_Exercise inputs:_
+ + +

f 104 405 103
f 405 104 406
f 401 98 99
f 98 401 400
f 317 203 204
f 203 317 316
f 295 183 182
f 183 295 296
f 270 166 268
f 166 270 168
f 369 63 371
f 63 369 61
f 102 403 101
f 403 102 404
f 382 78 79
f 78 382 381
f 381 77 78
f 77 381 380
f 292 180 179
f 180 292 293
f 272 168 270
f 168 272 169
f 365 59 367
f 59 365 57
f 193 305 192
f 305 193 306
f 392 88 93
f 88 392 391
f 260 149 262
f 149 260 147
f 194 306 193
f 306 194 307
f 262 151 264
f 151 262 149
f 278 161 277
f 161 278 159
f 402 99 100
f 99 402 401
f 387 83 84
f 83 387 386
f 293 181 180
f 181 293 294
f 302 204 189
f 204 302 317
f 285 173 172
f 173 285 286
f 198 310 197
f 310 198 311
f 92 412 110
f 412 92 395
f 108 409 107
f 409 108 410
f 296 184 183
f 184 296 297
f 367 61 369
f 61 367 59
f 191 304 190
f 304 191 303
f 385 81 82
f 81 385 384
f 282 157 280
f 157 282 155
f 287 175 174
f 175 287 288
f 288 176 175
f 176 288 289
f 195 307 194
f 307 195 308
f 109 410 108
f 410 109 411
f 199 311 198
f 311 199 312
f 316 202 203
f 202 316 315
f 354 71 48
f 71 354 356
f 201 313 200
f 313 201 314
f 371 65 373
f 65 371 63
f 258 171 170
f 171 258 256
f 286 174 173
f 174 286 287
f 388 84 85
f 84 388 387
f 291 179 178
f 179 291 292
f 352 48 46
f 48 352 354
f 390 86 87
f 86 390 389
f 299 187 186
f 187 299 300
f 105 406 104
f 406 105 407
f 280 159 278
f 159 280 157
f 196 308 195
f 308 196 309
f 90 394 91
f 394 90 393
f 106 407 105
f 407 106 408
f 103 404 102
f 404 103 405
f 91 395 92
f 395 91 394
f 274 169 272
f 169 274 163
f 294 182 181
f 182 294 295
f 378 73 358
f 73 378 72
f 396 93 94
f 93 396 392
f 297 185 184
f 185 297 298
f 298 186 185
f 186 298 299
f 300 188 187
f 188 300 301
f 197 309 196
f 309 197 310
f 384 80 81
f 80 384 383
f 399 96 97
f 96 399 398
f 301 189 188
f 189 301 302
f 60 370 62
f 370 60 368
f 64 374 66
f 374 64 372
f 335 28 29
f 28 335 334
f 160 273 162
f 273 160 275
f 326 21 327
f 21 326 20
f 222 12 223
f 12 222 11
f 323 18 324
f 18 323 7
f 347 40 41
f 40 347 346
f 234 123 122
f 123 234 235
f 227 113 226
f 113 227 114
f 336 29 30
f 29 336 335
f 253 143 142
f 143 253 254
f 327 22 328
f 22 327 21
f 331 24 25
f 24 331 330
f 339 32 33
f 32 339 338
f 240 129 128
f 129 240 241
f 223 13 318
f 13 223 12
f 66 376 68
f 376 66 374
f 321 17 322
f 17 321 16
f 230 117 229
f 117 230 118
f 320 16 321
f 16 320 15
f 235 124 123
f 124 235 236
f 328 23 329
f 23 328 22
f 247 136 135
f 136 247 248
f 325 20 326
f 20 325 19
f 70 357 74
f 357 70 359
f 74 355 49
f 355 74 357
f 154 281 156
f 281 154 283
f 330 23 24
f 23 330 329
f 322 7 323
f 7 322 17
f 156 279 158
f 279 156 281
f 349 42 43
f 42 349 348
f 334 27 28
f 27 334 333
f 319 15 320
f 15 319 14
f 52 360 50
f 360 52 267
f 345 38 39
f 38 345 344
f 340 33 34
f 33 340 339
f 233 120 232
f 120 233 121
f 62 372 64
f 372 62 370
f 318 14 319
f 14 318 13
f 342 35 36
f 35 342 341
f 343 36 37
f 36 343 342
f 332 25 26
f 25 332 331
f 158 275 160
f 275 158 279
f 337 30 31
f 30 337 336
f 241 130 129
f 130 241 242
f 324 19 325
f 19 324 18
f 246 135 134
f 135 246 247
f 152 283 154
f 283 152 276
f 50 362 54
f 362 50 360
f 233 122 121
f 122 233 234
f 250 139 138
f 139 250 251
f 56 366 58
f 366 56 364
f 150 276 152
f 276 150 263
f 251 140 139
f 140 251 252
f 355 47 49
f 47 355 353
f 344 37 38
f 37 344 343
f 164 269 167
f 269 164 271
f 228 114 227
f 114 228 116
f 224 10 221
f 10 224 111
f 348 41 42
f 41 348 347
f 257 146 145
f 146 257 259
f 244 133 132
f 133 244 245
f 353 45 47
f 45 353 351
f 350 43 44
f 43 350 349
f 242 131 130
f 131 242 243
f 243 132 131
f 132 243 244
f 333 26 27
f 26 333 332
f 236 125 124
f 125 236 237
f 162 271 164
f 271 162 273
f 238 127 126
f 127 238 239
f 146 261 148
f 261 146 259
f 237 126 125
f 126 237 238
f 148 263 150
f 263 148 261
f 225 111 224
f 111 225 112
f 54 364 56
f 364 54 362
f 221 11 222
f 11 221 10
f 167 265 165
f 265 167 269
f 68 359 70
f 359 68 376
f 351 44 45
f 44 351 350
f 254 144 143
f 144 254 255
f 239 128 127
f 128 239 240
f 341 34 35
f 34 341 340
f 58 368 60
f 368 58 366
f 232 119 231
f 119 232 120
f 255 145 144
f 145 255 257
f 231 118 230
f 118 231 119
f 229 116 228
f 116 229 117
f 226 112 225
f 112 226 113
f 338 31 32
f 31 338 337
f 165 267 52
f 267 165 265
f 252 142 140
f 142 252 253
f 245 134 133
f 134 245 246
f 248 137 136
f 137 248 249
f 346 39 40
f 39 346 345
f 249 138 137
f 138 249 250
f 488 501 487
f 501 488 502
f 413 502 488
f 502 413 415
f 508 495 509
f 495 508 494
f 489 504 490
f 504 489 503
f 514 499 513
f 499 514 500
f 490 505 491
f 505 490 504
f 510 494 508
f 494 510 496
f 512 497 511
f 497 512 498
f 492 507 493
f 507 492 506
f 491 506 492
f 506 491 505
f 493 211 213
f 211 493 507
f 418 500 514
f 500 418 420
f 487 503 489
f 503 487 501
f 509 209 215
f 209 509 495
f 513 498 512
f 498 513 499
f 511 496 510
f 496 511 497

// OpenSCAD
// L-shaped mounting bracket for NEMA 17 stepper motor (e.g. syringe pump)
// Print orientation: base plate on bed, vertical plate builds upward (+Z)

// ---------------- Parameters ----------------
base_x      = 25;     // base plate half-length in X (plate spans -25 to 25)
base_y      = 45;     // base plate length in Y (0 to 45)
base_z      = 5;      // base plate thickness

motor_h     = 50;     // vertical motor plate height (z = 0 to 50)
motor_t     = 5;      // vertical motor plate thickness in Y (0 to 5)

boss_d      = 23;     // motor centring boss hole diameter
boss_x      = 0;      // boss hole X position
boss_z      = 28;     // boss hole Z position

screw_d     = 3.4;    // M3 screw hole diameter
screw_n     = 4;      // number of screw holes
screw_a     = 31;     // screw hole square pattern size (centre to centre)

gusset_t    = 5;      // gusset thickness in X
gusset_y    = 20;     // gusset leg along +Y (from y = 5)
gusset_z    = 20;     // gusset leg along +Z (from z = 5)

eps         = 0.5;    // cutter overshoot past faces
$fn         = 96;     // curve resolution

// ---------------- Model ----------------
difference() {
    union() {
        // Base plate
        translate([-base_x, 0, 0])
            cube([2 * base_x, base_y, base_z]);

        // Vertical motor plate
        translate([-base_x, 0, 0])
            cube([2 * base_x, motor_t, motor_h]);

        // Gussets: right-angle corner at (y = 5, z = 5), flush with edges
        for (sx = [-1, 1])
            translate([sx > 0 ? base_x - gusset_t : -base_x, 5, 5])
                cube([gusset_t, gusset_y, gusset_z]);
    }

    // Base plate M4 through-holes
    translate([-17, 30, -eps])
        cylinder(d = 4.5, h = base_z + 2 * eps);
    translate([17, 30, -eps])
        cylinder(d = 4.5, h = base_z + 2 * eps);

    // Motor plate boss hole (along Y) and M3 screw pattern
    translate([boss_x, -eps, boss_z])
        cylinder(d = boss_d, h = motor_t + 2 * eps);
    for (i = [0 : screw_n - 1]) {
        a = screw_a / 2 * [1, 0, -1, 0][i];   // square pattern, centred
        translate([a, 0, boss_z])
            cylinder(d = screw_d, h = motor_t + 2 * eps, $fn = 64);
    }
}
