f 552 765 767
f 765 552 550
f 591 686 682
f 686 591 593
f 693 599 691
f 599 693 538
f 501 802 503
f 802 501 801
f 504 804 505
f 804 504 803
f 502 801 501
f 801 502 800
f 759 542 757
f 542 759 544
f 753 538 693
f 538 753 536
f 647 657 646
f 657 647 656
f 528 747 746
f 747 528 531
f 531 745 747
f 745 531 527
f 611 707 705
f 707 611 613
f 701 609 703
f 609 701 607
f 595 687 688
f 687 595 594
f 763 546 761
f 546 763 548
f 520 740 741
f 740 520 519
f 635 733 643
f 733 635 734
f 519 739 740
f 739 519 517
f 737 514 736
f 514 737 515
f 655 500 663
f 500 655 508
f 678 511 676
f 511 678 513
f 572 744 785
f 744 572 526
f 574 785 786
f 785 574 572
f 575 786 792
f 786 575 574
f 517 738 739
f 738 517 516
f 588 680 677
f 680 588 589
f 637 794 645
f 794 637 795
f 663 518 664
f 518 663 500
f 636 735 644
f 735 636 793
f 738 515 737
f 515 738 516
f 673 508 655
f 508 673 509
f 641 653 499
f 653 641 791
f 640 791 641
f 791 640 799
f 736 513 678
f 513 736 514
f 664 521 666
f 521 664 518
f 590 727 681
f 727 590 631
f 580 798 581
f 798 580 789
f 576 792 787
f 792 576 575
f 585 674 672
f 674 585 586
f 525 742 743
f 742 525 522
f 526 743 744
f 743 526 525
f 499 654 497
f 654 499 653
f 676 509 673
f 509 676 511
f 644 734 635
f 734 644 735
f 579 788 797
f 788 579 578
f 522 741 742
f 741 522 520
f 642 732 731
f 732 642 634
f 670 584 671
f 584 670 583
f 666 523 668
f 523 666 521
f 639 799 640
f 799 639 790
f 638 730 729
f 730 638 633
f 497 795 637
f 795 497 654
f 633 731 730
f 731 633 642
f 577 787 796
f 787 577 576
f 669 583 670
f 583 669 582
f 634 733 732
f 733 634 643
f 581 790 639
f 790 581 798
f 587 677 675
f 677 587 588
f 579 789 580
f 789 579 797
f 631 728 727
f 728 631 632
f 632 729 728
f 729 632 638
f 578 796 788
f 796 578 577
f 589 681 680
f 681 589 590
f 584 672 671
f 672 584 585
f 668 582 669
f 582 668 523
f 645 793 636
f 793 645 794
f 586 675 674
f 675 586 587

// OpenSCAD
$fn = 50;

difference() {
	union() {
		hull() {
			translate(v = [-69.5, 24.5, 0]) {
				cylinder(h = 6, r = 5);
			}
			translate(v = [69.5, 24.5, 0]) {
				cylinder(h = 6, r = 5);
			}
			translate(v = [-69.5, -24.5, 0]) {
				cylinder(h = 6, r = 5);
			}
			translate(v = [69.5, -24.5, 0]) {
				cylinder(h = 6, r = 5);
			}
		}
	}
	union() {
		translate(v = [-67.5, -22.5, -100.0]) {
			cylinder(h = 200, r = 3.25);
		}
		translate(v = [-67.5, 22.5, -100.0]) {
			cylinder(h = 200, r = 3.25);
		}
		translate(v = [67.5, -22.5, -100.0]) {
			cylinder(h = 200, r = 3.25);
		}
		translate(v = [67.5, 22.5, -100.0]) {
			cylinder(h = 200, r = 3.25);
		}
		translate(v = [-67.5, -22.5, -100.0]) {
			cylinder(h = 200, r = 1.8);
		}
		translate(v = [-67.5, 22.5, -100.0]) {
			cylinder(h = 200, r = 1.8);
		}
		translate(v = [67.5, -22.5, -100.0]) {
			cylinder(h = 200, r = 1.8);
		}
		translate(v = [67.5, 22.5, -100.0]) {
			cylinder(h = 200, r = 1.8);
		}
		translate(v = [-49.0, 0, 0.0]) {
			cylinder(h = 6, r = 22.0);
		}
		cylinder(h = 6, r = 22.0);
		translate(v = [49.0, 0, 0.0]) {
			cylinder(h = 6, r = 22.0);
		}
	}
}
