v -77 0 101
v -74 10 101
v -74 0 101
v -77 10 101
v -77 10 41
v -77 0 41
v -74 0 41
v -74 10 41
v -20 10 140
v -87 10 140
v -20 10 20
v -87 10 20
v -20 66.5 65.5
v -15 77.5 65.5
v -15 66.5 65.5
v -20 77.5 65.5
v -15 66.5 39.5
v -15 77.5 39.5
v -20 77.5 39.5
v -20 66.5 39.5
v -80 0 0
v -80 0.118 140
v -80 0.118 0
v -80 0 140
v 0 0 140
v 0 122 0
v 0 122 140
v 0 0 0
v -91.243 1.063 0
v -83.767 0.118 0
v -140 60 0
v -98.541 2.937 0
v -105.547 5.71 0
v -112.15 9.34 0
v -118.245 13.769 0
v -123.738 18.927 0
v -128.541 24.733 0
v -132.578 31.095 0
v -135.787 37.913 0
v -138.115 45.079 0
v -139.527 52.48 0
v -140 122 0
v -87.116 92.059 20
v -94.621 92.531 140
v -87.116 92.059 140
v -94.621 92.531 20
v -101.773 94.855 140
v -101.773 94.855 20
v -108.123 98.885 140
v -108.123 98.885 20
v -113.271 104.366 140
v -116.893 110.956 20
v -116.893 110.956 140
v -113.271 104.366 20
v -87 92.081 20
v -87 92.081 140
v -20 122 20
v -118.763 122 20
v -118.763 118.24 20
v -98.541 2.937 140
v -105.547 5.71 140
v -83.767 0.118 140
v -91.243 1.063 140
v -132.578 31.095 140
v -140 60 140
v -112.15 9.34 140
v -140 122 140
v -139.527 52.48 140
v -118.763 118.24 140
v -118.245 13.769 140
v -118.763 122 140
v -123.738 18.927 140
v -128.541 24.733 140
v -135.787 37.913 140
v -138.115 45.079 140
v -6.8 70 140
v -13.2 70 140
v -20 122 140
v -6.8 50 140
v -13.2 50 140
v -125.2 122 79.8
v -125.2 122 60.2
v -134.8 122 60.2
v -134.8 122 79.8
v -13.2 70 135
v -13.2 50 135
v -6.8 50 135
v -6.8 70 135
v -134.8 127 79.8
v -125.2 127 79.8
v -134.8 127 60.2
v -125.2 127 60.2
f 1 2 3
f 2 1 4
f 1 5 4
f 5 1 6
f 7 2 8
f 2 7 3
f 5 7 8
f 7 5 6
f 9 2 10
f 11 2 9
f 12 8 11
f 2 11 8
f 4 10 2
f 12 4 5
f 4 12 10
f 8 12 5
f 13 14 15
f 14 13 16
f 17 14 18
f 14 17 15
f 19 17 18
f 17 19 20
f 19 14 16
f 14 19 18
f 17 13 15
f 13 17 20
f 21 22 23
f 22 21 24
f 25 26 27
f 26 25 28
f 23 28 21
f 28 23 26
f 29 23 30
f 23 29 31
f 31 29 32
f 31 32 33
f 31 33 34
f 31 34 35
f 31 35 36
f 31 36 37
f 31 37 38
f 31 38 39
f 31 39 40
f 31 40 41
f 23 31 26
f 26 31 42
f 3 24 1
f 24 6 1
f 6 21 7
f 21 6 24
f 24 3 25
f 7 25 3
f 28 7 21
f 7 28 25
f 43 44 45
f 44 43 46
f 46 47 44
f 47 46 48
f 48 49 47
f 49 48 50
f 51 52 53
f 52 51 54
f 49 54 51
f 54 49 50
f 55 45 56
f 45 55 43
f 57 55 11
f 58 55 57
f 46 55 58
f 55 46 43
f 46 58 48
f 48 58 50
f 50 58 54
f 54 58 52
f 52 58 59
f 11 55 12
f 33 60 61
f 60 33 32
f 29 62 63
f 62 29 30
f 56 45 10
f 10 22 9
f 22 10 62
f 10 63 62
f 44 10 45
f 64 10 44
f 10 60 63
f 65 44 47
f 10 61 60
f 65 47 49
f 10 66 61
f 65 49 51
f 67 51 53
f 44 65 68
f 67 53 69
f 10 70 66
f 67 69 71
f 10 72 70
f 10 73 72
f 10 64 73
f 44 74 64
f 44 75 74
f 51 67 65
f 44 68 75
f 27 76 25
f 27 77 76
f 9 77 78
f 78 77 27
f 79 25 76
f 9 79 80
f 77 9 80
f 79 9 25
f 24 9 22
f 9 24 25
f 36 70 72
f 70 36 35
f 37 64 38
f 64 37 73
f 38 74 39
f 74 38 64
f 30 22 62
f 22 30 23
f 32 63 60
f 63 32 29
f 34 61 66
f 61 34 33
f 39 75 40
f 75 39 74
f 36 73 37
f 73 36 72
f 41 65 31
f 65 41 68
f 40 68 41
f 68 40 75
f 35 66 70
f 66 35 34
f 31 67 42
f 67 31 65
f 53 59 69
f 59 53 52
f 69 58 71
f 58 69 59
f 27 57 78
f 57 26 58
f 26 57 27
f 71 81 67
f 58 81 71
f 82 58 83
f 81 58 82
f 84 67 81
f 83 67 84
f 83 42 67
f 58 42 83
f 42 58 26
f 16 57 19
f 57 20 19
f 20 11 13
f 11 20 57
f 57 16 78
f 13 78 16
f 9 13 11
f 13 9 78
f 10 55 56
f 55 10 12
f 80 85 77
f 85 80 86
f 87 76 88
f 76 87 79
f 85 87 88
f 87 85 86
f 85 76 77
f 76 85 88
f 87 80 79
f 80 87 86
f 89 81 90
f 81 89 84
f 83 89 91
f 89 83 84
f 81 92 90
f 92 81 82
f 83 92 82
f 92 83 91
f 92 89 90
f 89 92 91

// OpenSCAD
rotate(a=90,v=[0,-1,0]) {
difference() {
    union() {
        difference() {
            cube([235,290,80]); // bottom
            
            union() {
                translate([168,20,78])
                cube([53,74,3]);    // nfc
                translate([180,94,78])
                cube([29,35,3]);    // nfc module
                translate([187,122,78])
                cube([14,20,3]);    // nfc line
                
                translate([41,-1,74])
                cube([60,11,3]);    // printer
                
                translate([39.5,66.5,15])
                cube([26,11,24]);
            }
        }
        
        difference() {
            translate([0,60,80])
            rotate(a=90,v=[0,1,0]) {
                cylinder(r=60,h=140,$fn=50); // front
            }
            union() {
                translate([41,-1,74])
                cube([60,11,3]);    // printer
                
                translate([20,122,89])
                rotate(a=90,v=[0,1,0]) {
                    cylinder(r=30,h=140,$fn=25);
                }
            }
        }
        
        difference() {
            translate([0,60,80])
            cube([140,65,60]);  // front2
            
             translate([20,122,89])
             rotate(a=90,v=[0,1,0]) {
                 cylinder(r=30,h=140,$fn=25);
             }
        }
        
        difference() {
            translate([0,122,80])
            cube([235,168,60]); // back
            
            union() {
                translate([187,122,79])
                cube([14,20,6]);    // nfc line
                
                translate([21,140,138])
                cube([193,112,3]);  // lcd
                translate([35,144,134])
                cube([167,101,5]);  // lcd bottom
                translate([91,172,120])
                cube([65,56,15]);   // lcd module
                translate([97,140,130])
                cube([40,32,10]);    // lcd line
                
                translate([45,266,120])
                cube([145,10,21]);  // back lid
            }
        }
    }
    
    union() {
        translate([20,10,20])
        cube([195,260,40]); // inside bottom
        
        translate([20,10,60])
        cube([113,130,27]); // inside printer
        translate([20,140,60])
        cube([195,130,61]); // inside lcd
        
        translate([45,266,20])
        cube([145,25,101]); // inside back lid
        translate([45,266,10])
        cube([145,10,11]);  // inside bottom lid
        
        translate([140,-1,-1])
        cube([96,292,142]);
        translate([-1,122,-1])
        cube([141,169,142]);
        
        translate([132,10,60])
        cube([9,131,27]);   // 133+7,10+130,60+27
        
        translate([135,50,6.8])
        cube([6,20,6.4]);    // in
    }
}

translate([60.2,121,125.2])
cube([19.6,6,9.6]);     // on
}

+ + +

_Required action:_ In the listing above, find the line containing "f 123 234 235" and the line containing "f 362 50 360". Output them and every line between, exactly, and nothing else.

_Response to the task:_
f 123 234 235
f 227 113 226
f 113 227 114
f 336 29 30
f 29 336 335
f 253 143 142
f 143 253 254
f 327 22 328
f 22 327 21
f 331 24 25
f 24 331 330
f 339 32 33
f 32 339 338
f 240 129 128
f 129 240 241
f 223 13 318
f 13 223 12
f 66 376 68
f 376 66 374
f 321 17 322
f 17 321 16
f 230 117 229
f 117 230 118
f 320 16 321
f 16 320 15
f 235 124 123
f 124 235 236
f 328 23 329
f 23 328 22
f 247 136 135
f 136 247 248
f 325 20 326
f 20 325 19
f 70 357 74
f 357 70 359
f 74 355 49
f 355 74 357
f 154 281 156
f 281 154 283
f 330 23 24
f 23 330 329
f 322 7 323
f 7 322 17
f 156 279 158
f 279 156 281
f 349 42 43
f 42 349 348
f 334 27 28
f 27 334 333
f 319 15 320
f 15 319 14
f 52 360 50
f 360 52 267
f 345 38 39
f 38 345 344
f 340 33 34
f 33 340 339
f 233 120 232
f 120 233 121
f 62 372 64
f 372 62 370
f 318 14 319
f 14 318 13
f 342 35 36
f 35 342 341
f 343 36 37
f 36 343 342
f 332 25 26
f 25 332 331
f 158 275 160
f 275 158 279
f 337 30 31
f 30 337 336
f 241 130 129
f 130 241 242
f 324 19 325
f 19 324 18
f 246 135 134
f 135 246 247
f 152 283 154
f 283 152 276
f 50 362 54
f 362 50 360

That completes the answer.